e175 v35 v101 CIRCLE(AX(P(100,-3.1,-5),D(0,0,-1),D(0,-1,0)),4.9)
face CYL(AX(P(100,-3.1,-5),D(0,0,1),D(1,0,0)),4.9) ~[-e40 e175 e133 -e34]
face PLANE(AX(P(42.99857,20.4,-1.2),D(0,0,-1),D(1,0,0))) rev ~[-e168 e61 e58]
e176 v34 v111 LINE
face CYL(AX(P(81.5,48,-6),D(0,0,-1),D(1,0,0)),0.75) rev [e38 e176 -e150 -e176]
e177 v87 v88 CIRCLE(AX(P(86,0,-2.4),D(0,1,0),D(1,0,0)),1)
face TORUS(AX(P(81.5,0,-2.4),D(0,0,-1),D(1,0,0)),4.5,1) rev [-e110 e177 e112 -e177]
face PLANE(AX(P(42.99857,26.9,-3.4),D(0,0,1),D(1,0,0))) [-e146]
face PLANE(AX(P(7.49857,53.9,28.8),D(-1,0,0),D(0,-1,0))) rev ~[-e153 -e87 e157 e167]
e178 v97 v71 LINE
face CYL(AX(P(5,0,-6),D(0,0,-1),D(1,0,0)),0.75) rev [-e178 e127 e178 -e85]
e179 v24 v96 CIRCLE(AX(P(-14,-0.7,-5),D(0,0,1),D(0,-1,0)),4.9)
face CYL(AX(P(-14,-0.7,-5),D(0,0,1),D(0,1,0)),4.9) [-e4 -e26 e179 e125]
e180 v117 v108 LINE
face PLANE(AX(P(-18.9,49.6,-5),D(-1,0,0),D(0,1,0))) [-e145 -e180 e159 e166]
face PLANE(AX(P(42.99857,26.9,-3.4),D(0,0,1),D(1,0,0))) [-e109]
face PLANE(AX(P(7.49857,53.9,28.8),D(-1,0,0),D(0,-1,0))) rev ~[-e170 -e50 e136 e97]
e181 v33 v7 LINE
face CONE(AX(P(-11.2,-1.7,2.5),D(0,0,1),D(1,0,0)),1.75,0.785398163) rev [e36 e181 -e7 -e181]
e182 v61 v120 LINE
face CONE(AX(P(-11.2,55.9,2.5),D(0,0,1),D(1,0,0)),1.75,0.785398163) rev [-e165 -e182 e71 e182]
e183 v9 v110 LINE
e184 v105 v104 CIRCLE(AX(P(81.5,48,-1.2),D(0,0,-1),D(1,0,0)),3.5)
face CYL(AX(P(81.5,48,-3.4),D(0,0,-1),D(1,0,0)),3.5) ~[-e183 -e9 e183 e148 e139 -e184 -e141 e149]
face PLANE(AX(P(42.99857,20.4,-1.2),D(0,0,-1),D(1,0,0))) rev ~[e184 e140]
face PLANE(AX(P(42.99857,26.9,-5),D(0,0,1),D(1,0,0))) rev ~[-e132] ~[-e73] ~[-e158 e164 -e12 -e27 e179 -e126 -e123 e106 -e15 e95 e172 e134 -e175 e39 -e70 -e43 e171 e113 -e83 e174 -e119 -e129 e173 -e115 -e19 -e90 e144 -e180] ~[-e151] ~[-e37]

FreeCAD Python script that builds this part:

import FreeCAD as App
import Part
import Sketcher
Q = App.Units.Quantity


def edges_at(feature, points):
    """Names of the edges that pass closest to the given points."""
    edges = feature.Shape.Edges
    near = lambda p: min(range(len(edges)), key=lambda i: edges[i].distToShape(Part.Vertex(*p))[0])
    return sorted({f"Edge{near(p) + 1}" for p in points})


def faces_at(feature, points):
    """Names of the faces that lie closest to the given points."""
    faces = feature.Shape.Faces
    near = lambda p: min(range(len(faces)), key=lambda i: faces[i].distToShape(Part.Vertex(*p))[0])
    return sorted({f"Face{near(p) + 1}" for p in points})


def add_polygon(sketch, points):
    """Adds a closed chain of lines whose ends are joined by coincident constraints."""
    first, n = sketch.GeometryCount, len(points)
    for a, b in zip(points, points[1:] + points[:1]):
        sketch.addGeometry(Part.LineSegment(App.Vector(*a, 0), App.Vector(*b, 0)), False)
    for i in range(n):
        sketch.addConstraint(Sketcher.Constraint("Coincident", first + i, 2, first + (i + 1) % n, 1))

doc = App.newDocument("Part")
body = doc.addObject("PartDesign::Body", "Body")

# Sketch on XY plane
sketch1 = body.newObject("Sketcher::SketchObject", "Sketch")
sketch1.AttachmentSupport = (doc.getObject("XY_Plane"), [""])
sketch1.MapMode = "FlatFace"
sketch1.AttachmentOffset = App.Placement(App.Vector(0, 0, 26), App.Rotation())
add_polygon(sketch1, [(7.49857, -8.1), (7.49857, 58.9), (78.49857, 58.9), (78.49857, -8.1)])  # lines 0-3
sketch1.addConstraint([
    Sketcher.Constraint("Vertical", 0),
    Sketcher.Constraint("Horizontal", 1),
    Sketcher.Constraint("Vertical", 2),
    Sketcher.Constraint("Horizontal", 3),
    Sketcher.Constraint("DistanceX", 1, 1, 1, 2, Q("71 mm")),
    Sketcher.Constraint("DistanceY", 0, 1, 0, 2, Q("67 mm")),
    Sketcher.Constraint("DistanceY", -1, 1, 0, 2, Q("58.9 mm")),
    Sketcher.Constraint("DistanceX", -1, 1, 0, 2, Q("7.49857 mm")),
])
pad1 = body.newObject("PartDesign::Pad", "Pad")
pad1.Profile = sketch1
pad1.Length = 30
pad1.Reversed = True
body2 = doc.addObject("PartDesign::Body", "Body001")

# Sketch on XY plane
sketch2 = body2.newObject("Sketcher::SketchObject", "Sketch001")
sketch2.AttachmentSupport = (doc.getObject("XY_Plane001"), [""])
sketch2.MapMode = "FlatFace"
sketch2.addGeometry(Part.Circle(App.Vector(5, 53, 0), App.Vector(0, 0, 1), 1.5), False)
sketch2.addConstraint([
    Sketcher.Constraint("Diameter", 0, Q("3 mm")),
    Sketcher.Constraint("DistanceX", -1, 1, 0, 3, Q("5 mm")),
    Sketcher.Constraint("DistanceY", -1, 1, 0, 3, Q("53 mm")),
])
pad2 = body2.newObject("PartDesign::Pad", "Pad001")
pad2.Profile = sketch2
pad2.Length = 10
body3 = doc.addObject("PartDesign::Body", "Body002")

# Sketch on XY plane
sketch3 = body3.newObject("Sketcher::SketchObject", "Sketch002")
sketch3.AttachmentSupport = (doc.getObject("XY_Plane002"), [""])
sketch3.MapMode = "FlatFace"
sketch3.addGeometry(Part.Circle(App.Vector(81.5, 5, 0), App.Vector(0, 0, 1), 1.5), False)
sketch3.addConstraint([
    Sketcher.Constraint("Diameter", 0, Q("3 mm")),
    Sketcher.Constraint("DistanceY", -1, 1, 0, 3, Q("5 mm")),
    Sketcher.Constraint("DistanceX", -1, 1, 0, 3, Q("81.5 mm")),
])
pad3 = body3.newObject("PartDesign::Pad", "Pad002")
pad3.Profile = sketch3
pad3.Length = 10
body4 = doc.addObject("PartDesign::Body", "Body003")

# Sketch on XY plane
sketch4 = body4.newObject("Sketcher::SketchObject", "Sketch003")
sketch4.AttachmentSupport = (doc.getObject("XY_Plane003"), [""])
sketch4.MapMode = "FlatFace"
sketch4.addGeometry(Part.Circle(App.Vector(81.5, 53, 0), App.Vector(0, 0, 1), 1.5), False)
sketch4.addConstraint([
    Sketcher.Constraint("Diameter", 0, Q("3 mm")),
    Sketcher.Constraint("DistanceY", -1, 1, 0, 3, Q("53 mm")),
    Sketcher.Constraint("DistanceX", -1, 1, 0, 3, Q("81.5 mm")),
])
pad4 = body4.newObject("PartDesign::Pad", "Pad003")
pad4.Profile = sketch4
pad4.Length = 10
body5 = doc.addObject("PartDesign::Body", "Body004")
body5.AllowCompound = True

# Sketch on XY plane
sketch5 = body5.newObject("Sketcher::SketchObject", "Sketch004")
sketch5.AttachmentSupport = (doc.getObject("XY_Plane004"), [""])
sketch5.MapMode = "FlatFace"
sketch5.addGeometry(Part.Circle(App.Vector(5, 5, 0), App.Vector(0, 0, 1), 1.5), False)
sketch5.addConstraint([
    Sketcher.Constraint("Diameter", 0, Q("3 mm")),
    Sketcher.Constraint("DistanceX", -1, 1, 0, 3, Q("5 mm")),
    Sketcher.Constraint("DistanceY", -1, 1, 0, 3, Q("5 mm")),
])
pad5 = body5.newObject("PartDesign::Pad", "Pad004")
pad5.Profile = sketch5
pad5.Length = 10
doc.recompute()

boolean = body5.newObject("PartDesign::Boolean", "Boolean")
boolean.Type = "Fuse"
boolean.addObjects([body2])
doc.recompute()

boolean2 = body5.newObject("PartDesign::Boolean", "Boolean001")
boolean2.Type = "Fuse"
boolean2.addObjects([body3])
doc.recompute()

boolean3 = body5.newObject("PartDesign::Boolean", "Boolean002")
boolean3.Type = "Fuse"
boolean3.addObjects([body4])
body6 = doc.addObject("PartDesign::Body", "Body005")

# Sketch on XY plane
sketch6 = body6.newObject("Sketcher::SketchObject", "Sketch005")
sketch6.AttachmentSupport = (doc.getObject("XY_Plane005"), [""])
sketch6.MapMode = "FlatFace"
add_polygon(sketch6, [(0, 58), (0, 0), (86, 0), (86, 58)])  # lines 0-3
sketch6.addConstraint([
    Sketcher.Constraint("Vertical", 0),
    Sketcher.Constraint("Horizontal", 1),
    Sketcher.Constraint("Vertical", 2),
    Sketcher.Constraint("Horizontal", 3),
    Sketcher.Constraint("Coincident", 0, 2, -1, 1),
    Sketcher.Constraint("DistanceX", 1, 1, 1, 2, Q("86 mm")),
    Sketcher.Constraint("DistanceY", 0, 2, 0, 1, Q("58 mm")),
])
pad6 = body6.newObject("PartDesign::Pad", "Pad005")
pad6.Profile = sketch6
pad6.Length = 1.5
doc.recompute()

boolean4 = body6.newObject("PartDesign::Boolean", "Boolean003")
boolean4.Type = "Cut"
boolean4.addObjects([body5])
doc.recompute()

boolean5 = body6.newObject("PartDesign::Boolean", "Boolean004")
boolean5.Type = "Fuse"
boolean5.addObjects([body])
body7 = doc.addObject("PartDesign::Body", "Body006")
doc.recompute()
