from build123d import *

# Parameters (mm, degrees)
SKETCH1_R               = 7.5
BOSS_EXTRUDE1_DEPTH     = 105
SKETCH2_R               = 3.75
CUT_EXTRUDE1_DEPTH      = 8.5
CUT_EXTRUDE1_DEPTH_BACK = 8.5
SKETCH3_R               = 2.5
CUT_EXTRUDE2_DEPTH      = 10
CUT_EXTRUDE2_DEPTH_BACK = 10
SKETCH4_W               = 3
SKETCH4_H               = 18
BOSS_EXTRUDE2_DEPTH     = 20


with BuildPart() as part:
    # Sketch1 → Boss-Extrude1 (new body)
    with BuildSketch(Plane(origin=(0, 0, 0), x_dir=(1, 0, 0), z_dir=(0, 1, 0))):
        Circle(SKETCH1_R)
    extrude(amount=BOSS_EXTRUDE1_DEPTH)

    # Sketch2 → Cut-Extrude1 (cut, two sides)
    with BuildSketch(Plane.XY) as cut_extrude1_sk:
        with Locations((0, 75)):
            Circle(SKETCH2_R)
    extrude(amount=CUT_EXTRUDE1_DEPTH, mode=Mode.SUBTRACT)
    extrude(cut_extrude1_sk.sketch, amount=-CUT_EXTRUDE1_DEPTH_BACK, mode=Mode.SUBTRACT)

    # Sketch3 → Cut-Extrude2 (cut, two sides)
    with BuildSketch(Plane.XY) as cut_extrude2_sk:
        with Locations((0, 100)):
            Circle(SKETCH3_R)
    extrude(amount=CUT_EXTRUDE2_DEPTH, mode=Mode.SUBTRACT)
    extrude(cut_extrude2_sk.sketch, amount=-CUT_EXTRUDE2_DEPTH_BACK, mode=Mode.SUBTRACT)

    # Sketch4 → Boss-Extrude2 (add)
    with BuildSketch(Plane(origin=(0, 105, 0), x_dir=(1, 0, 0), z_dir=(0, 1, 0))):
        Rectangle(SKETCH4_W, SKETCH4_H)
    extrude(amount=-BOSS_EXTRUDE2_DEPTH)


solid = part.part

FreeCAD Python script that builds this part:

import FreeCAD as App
import Part
import Sketcher
Q = App.Units.Quantity

doc = App.newDocument("Part")
body = doc.addObject("PartDesign::Body", "Body")

sketch1 = body.newObject("Sketcher::SketchObject", "Sketch")
sketch1.AttachmentSupport = (doc.getObject("XZ_Plane"), [""])
sketch1.MapMode = "FlatFace"
sketch1.addGeometry(Part.Circle(App.Vector(0, 0, 0), App.Vector(0, 0, 1), 8), False)
sketch1.addConstraint([
    Sketcher.Constraint("Coincident", 0, 3, -1, 1),
    Sketcher.Constraint("Diameter", 0, Q("15 mm")),
])
pad1 = body.newObject("PartDesign::Pad", "Pad")
pad1.Profile = sketch1
pad1.Length = 105
pad1.Reversed = True

sketch2 = body.newObject("Sketcher::SketchObject", "Sketch001")
sketch2.AttachmentSupport = (doc.getObject("XY_Plane"), [""])
sketch2.MapMode = "FlatFace"
sketch2.addGeometry(Part.Circle(App.Vector(0, 75, 0), App.Vector(0, 0, 1), 3.8), False)
sketch2.addConstraint([
    Sketcher.Constraint("PointOnObject", 0, 3, -2),
    Sketcher.Constraint("Diameter", 0, Q("7.5 mm")),
    Sketcher.Constraint("DistanceY", -1, 1, 0, 3, Q("75 mm")),
])
pocket1 = body.newObject("PartDesign::Pocket", "Pocket")
pocket1.Profile = sketch2
pocket1.Type = "ThroughAll"
pocket1.Midplane = True

sketch3 = body.newObject("Sketcher::SketchObject", "Sketch002")
sketch3.AttachmentSupport = (doc.getObject("XY_Plane"), [""])
sketch3.MapMode = "FlatFace"
sketch3.addGeometry(Part.Circle(App.Vector(0, 100, 0), App.Vector(0, 0, 1), 2.5), False)
sketch3.addConstraint([
    Sketcher.Constraint("PointOnObject", 0, 3, -2),
    Sketcher.Constraint("Diameter", 0, Q("5 mm")),
    Sketcher.Constraint("DistanceY", -1, 1, 0, 3, Q("100 mm")),
])
pocket2 = body.newObject("PartDesign::Pocket", "Pocket001")
pocket2.Profile = sketch3
pocket2.Type = "ThroughAll"
pocket2.Midplane = True

sketch4 = body.newObject("Sketcher::SketchObject", "Sketch003")
sketch4.AttachmentSupport = (doc.getObject("XZ_Plane"), [""])
sketch4.MapMode = "FlatFace"
sketch4.AttachmentOffset = App.Placement(App.Vector(0, 0, -105), App.Rotation())
sketch4.addGeometry([
    Part.LineSegment(App.Vector(-1.5, -9, 0), App.Vector(-1.5, 9, 0)),
    Part.LineSegment(App.Vector(-1.5, 9, 0), App.Vector(1.5, 9, 0)),
    Part.LineSegment(App.Vector(1.5, 9, 0), App.Vector(1.5, -9, 0)),
    Part.LineSegment(App.Vector(1.5, -9, 0), App.Vector(-1.5, -9, 0)),
], False)
sketch4.addConstraint([
    Sketcher.Constraint("Coincident", 0, 2, 1, 1),
    Sketcher.Constraint("Coincident", 1, 2, 2, 1),
    Sketcher.Constraint("Coincident", 2, 2, 3, 1),
    Sketcher.Constraint("Coincident", 3, 2, 0, 1),
    Sketcher.Constraint("Vertical", 0),
    Sketcher.Constraint("Horizontal", 1),
    Sketcher.Constraint("Vertical", 2),
    Sketcher.Constraint("Horizontal", 3),
    Sketcher.Constraint("Symmetric", 0, 2, 2, 2, -1, 1),
    Sketcher.Constraint("DistanceX", 1, 1, 1, 2, Q("3 mm")),
    Sketcher.Constraint("DistanceY", 0, 1, 0, 2, Q("18 mm")),
])
pad2 = body.newObject("PartDesign::Pad", "Pad001")
pad2.Profile = sketch4
pad2.Length = 20

doc.recompute()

####################

ACTIVITY.
The line containing "face PLANE(AX(P(42.99857,26.9,-3.4),D(0,0,1),D(1,0,0))) [-e146]" marks the end: copy exactly every line from the top of the data above down to it, that line included.

FINISHED EXERCISE.
e175 v35 v101 CIRCLE(AX(P(100,-3.1,-5),D(0,0,-1),D(0,-1,0)),4.9)
face CYL(AX(P(100,-3.1,-5),D(0,0,1),D(1,0,0)),4.9) ~[-e40 e175 e133 -e34]
face PLANE(AX(P(42.99857,20.4,-1.2),D(0,0,-1),D(1,0,0))) rev ~[-e168 e61 e58]
e176 v34 v111 LINE
face CYL(AX(P(81.5,48,-6),D(0,0,-1),D(1,0,0)),0.75) rev [e38 e176 -e150 -e176]
e177 v87 v88 CIRCLE(AX(P(86,0,-2.4),D(0,1,0),D(1,0,0)),1)
face TORUS(AX(P(81.5,0,-2.4),D(0,0,-1),D(1,0,0)),4.5,1) rev [-e110 e177 e112 -e177]
face PLANE(AX(P(42.99857,26.9,-3.4),D(0,0,1),D(1,0,0))) [-e146]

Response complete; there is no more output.